I want to fit the data into the function of a*exp((q1+i*q2)*x)/sqrt(x), where a, q1 and q2 are real numbers.
I have tried to use lsqnonlin, but could not limit those three fitting variables to be real. And the fitted results do not make sense.
Any help will be much appreciated.
Bjorn Gustavsson 2021 年 5 月 7 日
This seems like you need to take a standard step from the physicsist's complex representation (which admittedly we often use a bit carelessly as a very convenient(!) shorthand).

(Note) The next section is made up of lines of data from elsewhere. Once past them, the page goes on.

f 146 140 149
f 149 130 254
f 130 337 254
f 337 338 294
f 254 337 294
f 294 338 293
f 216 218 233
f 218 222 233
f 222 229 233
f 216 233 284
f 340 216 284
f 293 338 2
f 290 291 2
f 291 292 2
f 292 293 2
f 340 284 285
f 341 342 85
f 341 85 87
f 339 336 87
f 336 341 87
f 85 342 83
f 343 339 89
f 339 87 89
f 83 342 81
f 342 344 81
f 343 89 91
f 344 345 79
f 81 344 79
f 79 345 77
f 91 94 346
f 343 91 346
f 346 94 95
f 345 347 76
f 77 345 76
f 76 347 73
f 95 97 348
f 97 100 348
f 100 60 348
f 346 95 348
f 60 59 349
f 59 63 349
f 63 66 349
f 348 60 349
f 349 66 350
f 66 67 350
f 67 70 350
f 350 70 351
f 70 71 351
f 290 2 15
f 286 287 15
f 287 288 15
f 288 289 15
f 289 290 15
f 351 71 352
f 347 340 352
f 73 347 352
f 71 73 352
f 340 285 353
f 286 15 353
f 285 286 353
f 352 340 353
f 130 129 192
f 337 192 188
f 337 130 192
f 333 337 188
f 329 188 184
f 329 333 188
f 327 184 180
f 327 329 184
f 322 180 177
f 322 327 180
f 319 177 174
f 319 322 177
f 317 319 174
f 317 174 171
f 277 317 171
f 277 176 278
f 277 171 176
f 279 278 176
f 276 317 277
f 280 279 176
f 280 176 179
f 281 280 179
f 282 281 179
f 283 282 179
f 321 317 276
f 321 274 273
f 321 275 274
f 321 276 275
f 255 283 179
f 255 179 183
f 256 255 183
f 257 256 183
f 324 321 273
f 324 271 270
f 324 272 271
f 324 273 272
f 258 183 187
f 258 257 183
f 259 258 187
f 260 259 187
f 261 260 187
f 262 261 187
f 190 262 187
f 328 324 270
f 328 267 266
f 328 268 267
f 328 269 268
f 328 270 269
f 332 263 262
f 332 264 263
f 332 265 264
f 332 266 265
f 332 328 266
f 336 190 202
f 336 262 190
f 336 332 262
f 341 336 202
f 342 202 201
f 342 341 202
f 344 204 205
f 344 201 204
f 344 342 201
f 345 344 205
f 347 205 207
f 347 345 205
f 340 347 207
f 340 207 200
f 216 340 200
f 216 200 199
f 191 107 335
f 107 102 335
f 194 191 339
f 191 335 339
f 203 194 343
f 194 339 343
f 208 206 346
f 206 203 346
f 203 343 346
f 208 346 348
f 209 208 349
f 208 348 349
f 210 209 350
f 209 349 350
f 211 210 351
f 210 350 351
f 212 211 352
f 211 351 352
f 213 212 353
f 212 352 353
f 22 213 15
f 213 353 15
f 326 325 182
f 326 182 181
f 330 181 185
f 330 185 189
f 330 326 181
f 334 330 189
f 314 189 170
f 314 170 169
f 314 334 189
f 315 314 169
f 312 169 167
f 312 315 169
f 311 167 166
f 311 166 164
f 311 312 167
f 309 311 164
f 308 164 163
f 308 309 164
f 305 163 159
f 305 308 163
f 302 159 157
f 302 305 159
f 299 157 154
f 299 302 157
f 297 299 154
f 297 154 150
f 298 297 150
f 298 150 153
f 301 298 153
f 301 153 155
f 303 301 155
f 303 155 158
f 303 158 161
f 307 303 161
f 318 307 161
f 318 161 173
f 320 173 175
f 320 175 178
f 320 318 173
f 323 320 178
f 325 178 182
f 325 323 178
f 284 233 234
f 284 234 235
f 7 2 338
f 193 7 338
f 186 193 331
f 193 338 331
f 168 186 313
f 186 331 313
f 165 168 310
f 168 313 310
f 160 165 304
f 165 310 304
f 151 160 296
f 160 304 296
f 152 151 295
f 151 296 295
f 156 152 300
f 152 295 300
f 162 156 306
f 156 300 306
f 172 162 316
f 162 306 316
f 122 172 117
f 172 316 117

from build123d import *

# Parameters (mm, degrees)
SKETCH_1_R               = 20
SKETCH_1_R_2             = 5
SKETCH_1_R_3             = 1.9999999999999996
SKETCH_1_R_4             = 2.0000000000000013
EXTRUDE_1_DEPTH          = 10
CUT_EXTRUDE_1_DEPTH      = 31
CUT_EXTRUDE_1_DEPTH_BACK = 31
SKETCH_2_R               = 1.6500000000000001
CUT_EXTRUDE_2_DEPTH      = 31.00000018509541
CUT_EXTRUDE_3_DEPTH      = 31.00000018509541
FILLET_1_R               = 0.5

My guess is that you need to do something like this:
% your model-function: the real part of a modified damped oscillating
curve_fcn = @(pars,x) real((pars(1)+1i*pars(2))*exp((pars(3)+1i*pars(4))*x)./sqrt(x));
err_fcn = @(pars,x,y,fcn) sum((y-fcn(pars,x)).^2);
par0 = [-0.1378e-8, -0.0541e-8, 4.1643e+03, 2.3100e7]; % this might have to be adjusted to get a good enough start-guess
parBest = fminsearch(@(pars) err_fcn(pars,x,y,curve_fcn),par0);
You might have to iterate the optimization-step with the parameter estimate parBest as the new input for par0 to get a improved fits.
You might consider a properly weighted sum-of-square optimization instead of the straight-forward sum-of-squares, but in order to do that you'll need estimates of the uncertainties (standard-deviation) of each measurement point.